Description Required? Can be updated?
Notebook CPUs The number of CPUs to allocate to each user notebook environment. Yes Yes
Notebook RAM The amount of RAM, in GB, to allocate to each user notebook environment. Yes Yes
Notebook storage The amount of persistent storage, in GB, to allocate to each user notebook environment.

This is where users will store their notebooks and any other files they import. The storage is persistent across notebook restarts - a user can shut down their notebook server and start a new server later without losing their data.

Backups are not provided - if required, they are the responsibility of the user or cluster admins.
Yes Yes
Pangeo domain The domain to use for the Pangeo notebook web interface.

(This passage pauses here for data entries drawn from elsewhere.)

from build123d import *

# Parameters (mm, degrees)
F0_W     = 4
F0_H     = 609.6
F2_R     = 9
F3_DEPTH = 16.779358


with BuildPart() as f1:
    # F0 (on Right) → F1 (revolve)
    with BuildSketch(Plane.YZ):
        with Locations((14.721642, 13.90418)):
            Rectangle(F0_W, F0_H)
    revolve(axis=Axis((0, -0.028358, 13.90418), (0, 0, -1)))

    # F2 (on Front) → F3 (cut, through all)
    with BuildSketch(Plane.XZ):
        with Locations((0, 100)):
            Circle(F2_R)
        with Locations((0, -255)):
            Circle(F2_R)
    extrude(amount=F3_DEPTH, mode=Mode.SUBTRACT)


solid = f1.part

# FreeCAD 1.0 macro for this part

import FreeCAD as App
import Part
import Sketcher
Q = App.Units.Quantity

doc = App.newDocument("Part")
body = doc.addObject("PartDesign::Body", "Body")

sketch1 = doc.addObject("Sketcher::SketchObject", "Sketch")
body.addObject(sketch1)
sketch1.AttachmentSupport = (doc.YZ_Plane, [""])
sketch1.MapMode = "FlatFace"
sketch1.addGeometry(Part.LineSegment(App.Vector(12.7, 318.7, 0), App.Vector(12.7, -290.9, 0)), False)
sketch1.addGeometry(Part.LineSegment(App.Vector(12.7, -290.9, 0), App.Vector(16.7, -290.9, 0)), False)
sketch1.addGeometry(Part.LineSegment(App.Vector(16.7, -290.9, 0), App.Vector(16.7, 318.7, 0)), False)
sketch1.addGeometry(Part.LineSegment(App.Vector(16.7, 318.7, 0), App.Vector(12.7, 318.7, 0)), False)
sketch1.addGeometry(Part.LineSegment(App.Vector(0, 318.7, 0), App.Vector(0, -290.9, 0)), True)
sketch1.addConstraint(Sketcher.Constraint("Coincident", 0, 2, 1, 1))
sketch1.addConstraint(Sketcher.Constraint("Coincident", 1, 2, 2, 1))
sketch1.addConstraint(Sketcher.Constraint("Coincident", 2, 2, 3, 1))
sketch1.addConstraint(Sketcher.Constraint("Coincident", 3, 2, 0, 1))
sketch1.addConstraint(Sketcher.Constraint("Vertical", 0))
sketch1.addConstraint(Sketcher.Constraint("Horizontal", 1))
sketch1.addConstraint(Sketcher.Constraint("Vertical", 2))
sketch1.addConstraint(Sketcher.Constraint("Horizontal", 3))
sketch1.addConstraint(Sketcher.Constraint("Vertical", 4))
sketch1.addConstraint(Sketcher.Constraint("Horizontal", 3, 2, 4, 1))
sketch1.addConstraint(Sketcher.Constraint("Horizontal", 1, 2, 4, 2))
sketch1.addConstraint(Sketcher.Constraint("DistanceX", 1, 1, 1, 2, Q("4 mm")))
sketch1.addConstraint(Sketcher.Constraint("DistanceY", 0, 2, 0, 1, Q("609.6 mm")))
sketch1.addConstraint(Sketcher.Constraint("DistanceX", 4, 1, 3, 2, Q("12.75 mm")))
sketch1.addConstraint(Sketcher.Constraint("DistanceX", -1, 1, 0, 2, Q("12.721642 mm")))
sketch1.addConstraint(Sketcher.Constraint("DistanceY", 0, 2, -1, 1, Q("290.89582 mm")))
revolution = doc.addObject("PartDesign::Revolution", "Revolution")
body.addObject(revolution)
revolution.Profile = sketch1
revolution.ReferenceAxis = (sketch1, ["Axis0"])
revolution.Angle = 360

sketch2 = doc.addObject("Sketcher::SketchObject", "Sketch001")
body.addObject(sketch2)
sketch2.AttachmentSupport = (doc.XZ_Plane, [""])
sketch2.MapMode = "FlatFace"
sketch2.addGeometry(Part.Circle(App.Vector(0, 100, 0), App.Vector(0, 0, 1), 9), False)
sketch2.addGeometry(Part.Circle(App.Vector(0, -255, 0), App.Vector(0, 0, 1), 9), False)
sketch2.addConstraint(Sketcher.Constraint("Equal", 0, 1))
sketch2.addConstraint(Sketcher.Constraint("PointOnObject", 0, 3, -2))
sketch2.addConstraint(Sketcher.Constraint("PointOnObject", 1, 3, -2))
sketch2.addConstraint(Sketcher.Constraint("Diameter", 0, Q("18 mm")))
sketch2.addConstraint(Sketcher.Constraint("DistanceY", -1, 1, 0, 3, Q("100 mm")))
sketch2.addConstraint(Sketcher.Constraint("DistanceY", 1, 3, -1, 1, Q("255 mm")))
pocket1 = doc.addObject("PartDesign::Pocket", "Pocket")
body.addObject(pocket1)
pocket1.Profile = sketch2
pocket1.Type = "ThroughAll"
pocket1.Reversed = True

doc.recompute()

If left empty,  pangeo.<dashed-external-ip> is used. For example, if the selected external IP is, the domain will be

If given, the domain must already be configured to point to the selected  External IP (see Kubernetes configuration), otherwise configuration will fail. Only use this option if you have control over your own DNS entries - the CaaS system or Kubernetes will not create a DNS entry for you.
No No

These variables define the amount of resource available to each user for processing - in order to appropriately configure (a) the size of your cluster worker nodes and (b) the resources for each notebook environment, you will need to consider how many users you are expecting and what workloads they might want to run.

Accessing the cluster

Access to the underlying Kubernetes cluster is achieved in the same way as any other CaaS Kubernetes cluster.

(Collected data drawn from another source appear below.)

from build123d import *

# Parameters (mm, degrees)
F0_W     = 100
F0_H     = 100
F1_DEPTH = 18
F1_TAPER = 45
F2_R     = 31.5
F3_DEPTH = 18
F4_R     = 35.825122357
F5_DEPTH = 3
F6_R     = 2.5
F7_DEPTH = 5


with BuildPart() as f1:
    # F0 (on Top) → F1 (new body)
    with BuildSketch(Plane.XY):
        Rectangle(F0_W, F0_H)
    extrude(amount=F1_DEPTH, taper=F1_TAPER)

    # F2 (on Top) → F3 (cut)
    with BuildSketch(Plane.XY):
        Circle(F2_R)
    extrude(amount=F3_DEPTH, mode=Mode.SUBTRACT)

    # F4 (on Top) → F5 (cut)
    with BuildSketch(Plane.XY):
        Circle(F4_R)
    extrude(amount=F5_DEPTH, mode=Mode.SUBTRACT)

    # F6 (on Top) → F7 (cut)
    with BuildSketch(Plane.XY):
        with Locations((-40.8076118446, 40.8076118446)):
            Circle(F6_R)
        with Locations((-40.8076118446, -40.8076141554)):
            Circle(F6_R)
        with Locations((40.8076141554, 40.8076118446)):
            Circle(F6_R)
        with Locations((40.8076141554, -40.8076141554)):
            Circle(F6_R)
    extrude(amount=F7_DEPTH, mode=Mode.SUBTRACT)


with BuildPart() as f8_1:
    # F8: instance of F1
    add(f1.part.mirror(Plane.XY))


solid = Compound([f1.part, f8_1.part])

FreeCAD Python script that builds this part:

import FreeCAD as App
import Part
import Sketcher

V = App.Vector


def add_polygon(sketch, points):
    """Adds a closed chain of lines whose ends are joined by coincident constraints."""
    first, n = sketch.GeometryCount, len(points)
    for a, b in zip(points, points[1:] + points[:1]):
        sketch.addGeometry(Part.LineSegment(App.Vector(*a, 0), App.Vector(*b, 0)), False)
    for i in range(n):
        sketch.addConstraint(Sketcher.Constraint("Coincident", first + i, 2, first + (i + 1) % n, 1))

doc = App.newDocument("Part")
body = doc.addObject("PartDesign::Body", "Body")

sketch1 = doc.addObject("Sketcher::SketchObject", "Sketch")
body.addObject(sketch1)
sketch1.AttachmentSupport = (doc.XY_Plane, [""])
sketch1.MapMode = "FlatFace"
add_polygon(sketch1, [(-50, 50), (-50, -50), (50, -50), (50, 50)])
sketch1.addConstraint([
    Sketcher.Constraint("Vertical", 0),
    Sketcher.Constraint("Horizontal", 1),
    Sketcher.Constraint("Vertical", 2),
    Sketcher.Constraint("Horizontal", 3),
    Sketcher.Constraint("Symmetric", 0, 2, 2, 2, -1, 1),
    Sketcher.Constraint("Equal", 3, 0),
    Sketcher.Constraint("DistanceX", 1, 1, 1, 2, 100.0),
])
pad1 = doc.addObject("PartDesign::Pad", "Pad")
body.addObject(pad1)
pad1.Profile = sketch1
pad1.Length = 18
pad1.TaperAngle = -45

sketch2 = doc.addObject("Sketcher::SketchObject", "Sketch001")
body.addObject(sketch2)
sketch2.AttachmentSupport = (doc.XY_Plane, [""])
sketch2.MapMode = "FlatFace"
sketch2.addGeometry(Part.Circle(V(0, 0, 0), V(0, 0, 1), 32), False)
sketch2.addConstraint([
    Sketcher.Constraint("Coincident", 0, 3, -1, 1),
    Sketcher.Constraint("Diameter", 0, 63.0),
])
pocket1 = doc.addObject("PartDesign::Pocket", "Pocket")
body.addObject(pocket1)
pocket1.Profile = sketch2
pocket1.Length = 18
pocket1.Reversed = True

sketch3 = doc.addObject("Sketcher::SketchObject", "Sketch002")
body.addObject(sketch3)
sketch3.AttachmentSupport = (doc.XY_Plane, [""])
sketch3.MapMode = "FlatFace"
sketch3.addGeometry(Part.Circle(V(0, 0, 0), V(0, 0, 1), 36), False)
sketch3.addConstraint([
    Sketcher.Constraint("Coincident", 0, 3, -1, 1),
    Sketcher.Constraint("Diameter", 0, 71.650245),
])
pocket2 = doc.addObject("PartDesign::Pocket", "Pocket001")
body.addObject(pocket2)
pocket2.Profile = sketch3
pocket2.Length = 3
pocket2.Reversed = True

sketch4 = doc.addObject("Sketcher::SketchObject", "Sketch003")
body.addObject(sketch4)
sketch4.AttachmentSupport = (doc.XY_Plane, [""])
sketch4.MapMode = "FlatFace"
sketch4.addGeometry([
    Part.Circle(V(-40.8, 40.8, 0), V(0, 0, 1), 2.5),
    Part.Circle(V(-40.8, -40.8, 0), V(0, 0, 1), 2.5),
    Part.Circle(V(40.8, 40.8, 0), V(0, 0, 1), 2.5),
    Part.Circle(V(40.8, -40.8, 0), V(0, 0, 1), 2.5),
], False)
sketch4.addConstraint([
    Sketcher.Constraint("Equal", 0, 1),
    Sketcher.Constraint("Equal", 1, 2),
    Sketcher.Constraint("Equal", 2, 3),
    Sketcher.Constraint("Symmetric", 1, 3, 2, 3, -1, 1),
    Sketcher.Constraint("Symmetric", 0, 3, 3, 3, -1, 1),
    Sketcher.Constraint("Symmetric", 0, 3, 2, 3, -2),
    Sketcher.Constraint("Diameter", 0, 5.0),
    Sketcher.Constraint("DistanceX", 0, 3, -1, 1, 40.807612),
    Sketcher.Constraint("DistanceY", -1, 1, 0, 3, 40.807612),
])
pocket3 = doc.addObject("PartDesign::Pocket", "Pocket002")
body.addObject(pocket3)
pocket3.Profile = sketch4
pocket3.Length = 5
pocket3.Reversed = True
body2 = doc.addObject("PartDesign::Body", "Body001")
doc.recompute()

mirroring = doc.addObject("Part::Mirroring", "Mirroring")
mirroring.Source = body
mirroring.Base = V(0, 0, 0)
mirroring.Normal = V(0, 0, 1)
body2.BaseFeature = mirroring
doc.recompute()
mirroring.Visibility = False

doc.recompute()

The Pangeo web interface will be available at https://<pangeo domain>. Access to the Pangeo interface is managed through FreeIPA, and users sign in with the same username and password as for other clusters. As part of the cluster configuration, CaaS will create a FreeIPA group called <clustername>_notebook_users. Granting access to the Pangeo interface is as simple as adding a user to this group.

Before adding user to group:

And after:

Using the Pangeo environment

A full discussion of the capabilities of Jupyter notebooks, the JupyterLab environment and the many libraries included in the Pangeo ecosystem is beyond the scope of this documentation. There are plenty of examples on the web, and Pangeo provide some example notebooks.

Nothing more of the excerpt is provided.